RUSSO DEVELOPMENT CORPORATION, Plaintiff,
v.
LEE M. THOMAS, Administrator of the United States Environmental Protection Agency, CHRISTOPHER J. DAGGETT, Regional Administrator for Region II of the United States Environmental Protection Agency, JOHN O. MARSH, JR., Secretary of the Army, LT. GEN. ELVIN R. HEILBERG, III, Chief of Engineers, COL. MARION L. CALDWELL, JR., District Engineer of the United States Army Corps of Engineers, New York District, Defendants



The opinion of the court was delivered by: SAROKIN

 In this action for declarative and injunctive relief from an Environmental Protection Agency ("EPA") veto of an after-the-fact permit granted to plaintiff by the U.S. Army Corps of Engineers ("Corps"), pursuant to Section 404(c) of the Clean Water Act ("CWA"), 33 U.S.C. Sec. 1344(c), defendants move for dismissal or, in the alternative, summary judgment. Plaintiff cross-moves for partial summary judgment.

 BACKGROUND

 The following facts are undisputed:

 Plaintiff Russo Development Corp. ("Russo") is a New Jersey real estate developer which constructs office and/or warehouse facilities on otherwise undeveloped property. Plaintiff has constructed over forty such facilities since the commencement of its operations in 1968, and all of these facilities have been constructed in municipalities falling under the jurisdiction of the Hackensack Meadowlands Development Commission ("HMDC").

 The HMDC was established by statute to exercise comprehensive land-use planning and regulatory authority throughout the Hackensack Meadowlands District ("District"), an area adjoining the Hackensack River and consisting of approximately 20,000 acres of water, coastal (tidal and nontidal) wetlands, and associated uplands.
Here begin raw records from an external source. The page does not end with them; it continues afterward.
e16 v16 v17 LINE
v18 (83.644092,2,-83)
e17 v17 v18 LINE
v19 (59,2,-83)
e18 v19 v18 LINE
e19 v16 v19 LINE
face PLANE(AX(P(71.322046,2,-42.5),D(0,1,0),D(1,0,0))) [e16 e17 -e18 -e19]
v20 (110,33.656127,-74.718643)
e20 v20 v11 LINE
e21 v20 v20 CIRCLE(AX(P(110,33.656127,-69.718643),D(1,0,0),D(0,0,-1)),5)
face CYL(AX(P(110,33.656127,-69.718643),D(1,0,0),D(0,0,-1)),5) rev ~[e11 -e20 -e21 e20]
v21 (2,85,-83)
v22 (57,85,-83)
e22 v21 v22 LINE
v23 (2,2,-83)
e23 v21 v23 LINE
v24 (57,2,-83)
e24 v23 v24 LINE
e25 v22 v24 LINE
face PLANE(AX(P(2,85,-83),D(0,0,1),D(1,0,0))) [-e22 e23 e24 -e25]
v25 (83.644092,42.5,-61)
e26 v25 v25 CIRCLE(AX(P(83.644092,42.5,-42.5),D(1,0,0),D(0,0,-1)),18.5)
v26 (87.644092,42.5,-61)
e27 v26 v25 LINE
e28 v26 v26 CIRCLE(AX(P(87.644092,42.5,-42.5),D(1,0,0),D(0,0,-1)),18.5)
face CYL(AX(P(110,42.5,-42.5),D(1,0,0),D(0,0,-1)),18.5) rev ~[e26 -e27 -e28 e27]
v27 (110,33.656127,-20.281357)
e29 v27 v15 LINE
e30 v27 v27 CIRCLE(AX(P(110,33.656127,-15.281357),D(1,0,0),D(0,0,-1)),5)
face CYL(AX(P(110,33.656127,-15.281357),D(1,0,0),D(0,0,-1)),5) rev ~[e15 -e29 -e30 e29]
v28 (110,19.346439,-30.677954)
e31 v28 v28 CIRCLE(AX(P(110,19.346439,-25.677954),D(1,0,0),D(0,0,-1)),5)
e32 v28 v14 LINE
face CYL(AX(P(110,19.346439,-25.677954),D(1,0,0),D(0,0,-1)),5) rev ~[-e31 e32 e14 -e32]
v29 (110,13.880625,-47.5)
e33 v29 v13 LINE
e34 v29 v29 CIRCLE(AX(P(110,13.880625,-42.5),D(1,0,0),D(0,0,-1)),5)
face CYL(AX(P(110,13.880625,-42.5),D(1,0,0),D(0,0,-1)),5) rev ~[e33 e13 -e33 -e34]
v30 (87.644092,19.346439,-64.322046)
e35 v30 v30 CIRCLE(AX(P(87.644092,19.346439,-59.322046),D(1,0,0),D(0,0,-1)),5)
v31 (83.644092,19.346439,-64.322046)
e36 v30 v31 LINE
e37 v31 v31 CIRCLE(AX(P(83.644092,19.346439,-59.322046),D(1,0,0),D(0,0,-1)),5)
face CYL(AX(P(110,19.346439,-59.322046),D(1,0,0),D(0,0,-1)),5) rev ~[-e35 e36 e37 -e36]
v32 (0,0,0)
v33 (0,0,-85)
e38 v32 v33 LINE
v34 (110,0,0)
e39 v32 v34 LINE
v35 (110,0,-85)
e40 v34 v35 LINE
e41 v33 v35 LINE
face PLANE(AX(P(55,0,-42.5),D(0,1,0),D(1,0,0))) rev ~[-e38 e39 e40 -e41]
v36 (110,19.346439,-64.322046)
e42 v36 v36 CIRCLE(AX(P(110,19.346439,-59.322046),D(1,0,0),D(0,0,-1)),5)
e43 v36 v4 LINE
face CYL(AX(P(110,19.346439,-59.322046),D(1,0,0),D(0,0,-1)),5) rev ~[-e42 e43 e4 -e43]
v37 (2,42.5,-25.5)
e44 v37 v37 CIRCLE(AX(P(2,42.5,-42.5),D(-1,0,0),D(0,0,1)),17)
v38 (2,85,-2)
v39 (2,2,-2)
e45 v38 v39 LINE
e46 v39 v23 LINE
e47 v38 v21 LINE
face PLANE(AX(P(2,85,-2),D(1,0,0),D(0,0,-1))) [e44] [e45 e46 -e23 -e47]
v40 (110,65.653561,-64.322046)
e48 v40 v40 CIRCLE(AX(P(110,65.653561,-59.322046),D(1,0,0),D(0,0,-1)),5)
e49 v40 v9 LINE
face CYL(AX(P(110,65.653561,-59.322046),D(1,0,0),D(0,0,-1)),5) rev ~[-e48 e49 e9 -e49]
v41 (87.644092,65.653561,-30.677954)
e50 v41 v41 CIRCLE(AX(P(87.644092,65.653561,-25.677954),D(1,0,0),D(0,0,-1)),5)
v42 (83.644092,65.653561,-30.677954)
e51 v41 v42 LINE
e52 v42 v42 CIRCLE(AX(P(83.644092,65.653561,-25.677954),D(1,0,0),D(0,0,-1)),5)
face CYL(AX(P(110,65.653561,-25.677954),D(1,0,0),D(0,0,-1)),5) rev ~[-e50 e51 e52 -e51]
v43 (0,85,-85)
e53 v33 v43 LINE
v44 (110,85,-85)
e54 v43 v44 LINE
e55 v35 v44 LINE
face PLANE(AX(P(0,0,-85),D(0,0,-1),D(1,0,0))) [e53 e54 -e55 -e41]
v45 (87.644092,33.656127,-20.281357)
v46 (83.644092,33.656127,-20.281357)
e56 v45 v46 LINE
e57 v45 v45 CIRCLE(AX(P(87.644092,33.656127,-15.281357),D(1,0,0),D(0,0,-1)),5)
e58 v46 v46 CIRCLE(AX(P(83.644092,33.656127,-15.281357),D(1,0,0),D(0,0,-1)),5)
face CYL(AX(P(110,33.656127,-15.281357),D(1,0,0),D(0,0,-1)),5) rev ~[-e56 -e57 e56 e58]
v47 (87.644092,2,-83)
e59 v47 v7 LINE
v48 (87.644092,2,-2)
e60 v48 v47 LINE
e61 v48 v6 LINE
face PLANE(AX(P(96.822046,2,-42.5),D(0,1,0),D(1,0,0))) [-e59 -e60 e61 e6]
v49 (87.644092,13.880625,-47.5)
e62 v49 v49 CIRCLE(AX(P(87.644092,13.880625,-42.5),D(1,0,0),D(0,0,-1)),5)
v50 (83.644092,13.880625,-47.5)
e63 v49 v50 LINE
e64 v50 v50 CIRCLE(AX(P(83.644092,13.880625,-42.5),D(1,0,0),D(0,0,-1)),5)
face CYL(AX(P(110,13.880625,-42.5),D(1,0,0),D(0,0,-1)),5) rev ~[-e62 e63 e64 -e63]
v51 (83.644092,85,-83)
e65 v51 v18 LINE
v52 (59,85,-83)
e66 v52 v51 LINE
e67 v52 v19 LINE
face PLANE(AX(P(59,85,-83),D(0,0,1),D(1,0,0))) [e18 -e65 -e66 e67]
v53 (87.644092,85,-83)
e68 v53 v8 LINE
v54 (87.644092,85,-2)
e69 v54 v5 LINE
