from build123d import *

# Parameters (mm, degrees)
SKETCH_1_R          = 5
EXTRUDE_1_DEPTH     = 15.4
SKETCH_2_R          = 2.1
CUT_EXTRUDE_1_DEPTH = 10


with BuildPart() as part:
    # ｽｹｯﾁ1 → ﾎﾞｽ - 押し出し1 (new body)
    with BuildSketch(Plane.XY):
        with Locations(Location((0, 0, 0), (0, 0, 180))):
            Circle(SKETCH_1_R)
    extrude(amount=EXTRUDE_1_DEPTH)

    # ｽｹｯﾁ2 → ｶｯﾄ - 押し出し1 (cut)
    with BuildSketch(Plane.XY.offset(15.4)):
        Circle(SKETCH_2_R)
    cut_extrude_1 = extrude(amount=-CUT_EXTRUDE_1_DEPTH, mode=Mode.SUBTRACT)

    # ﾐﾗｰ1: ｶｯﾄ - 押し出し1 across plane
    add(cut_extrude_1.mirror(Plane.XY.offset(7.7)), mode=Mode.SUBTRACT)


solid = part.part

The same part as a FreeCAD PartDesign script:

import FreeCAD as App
import Part
import Sketcher
from FreeCAD import Vector
Q = App.Units.Quantity

doc = App.newDocument("Part")
body = doc.addObject("PartDesign::Body", "Body")

# Sketch on XY plane
sketch1 = body.newObject("Sketcher::SketchObject", "Sketch")
sketch1.AttachmentSupport = (doc.getObject("XY_Plane"), [""])
sketch1.MapMode = "FlatFace"
sketch1.addGeometry(Part.Circle(Vector(0, 0, 0), Vector(0, 0, 1), 5), False)
sketch1.addConstraint([
    Sketcher.Constraint("Coincident", 0, 3, -1, 1),
    Sketcher.Constraint("Diameter", 0, Q("10 mm")),
])
pad1 = body.newObject("PartDesign::Pad", "Pad")
pad1.Profile = sketch1
pad1.Length = 15.4

# Sketch on XY plane
sketch2 = body.newObject("Sketcher::SketchObject", "Sketch001")
sketch2.AttachmentSupport = (doc.getObject("XY_Plane"), [""])
sketch2.MapMode = "FlatFace"
sketch2.AttachmentOffset = App.Placement(Vector(0, 0, 15.4), App.Rotation())
sketch2.addGeometry(Part.Circle(Vector(0, 0, 0), Vector(0, 0, 1), 2.1), False)
sketch2.addConstraint([
    Sketcher.Constraint("Coincident", 0, 3, -1, 1),
    Sketcher.Constraint("Diameter", 0, Q("4.2 mm")),
])
pocket1 = body.newObject("PartDesign::Pocket", "Pocket")
pocket1.Profile = sketch2
pocket1.Length = 10
doc.recompute()

datumplane = body.newObject("PartDesign::Plane", "DatumPlane")
datumplane.AttachmentSupport = (doc.getObject("XY_Plane"), [""])
datumplane.MapMode = "FlatFace"
datumplane.AttachmentOffset = App.Placement(Vector(0, 0, 7.7), App.Rotation())
mirrored = body.newObject("PartDesign::Mirrored", "Mirrored")
mirrored.Originals = [pocket1]
mirrored.MirrorPlane = (datumplane, [""])
body.Tip = mirrored

doc.recompute()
Plaintiff's 12G Statement at 3, @@ 7, 8. In accordance with its statutory mandate, the HMDC has published inventories of wetlands in the District, mapped the wetlands resources of the District in its Bio-Zone reports, and has published the results of its inventories and maps as the HMDC Master Plan since 1972. Id. at 4, @9.

 Pursuant to the Coastal Management Act of 1972 ("CZMA") and the New Jersey Coastal Management Program ("NJCMP"), the HMDC and HMDC Master Plan have been federally approved as the state agency and state plan responsible for implementation of the CZMA in the District. Although the Department of Interior challenged the HMDC Master Plan as to the amount of filling of wetlands it permitted, no federal agency challenged the HMDC's wetland delineation and inventory. Id. at 5-6, @ 12.

 In 1979, Russo purchased a 44-acre parcel of land located in Carlstadt, New Jersey from Empire, Ltd. ("Empire"). These 44 acres had been classified by the HMDC as "dry fields" in its Wetlands Bio-Zone reports and wetland inventories. Admin. Record of Army Corps of Engineers ("ARC") at 231. Russo's contract with Empire was contingent upon Empire's securing several permits from the HMDC. Affidavit of Lawrence Russo, Jr. at @@ 5, 19. The HMDC Master Plan had designated the 44 acres for development in the "Light Industrial and Distribution" zone in Carlstadt, and in 1978 Empire applied to the HMDC for the authority necessary to develop the parcel. Id. In May of 1979, the HMDC approved the requested major subdivisions and road construction permits. Id. at @9. In 1979, Empire began the filling and paving to construct the two access roads which eventually bordered the 44 acres, Commerce Boulevard and Central Boulevard, and these roads were completed and conveyed to the Borough in 1982. Id. at @@ 9, 10.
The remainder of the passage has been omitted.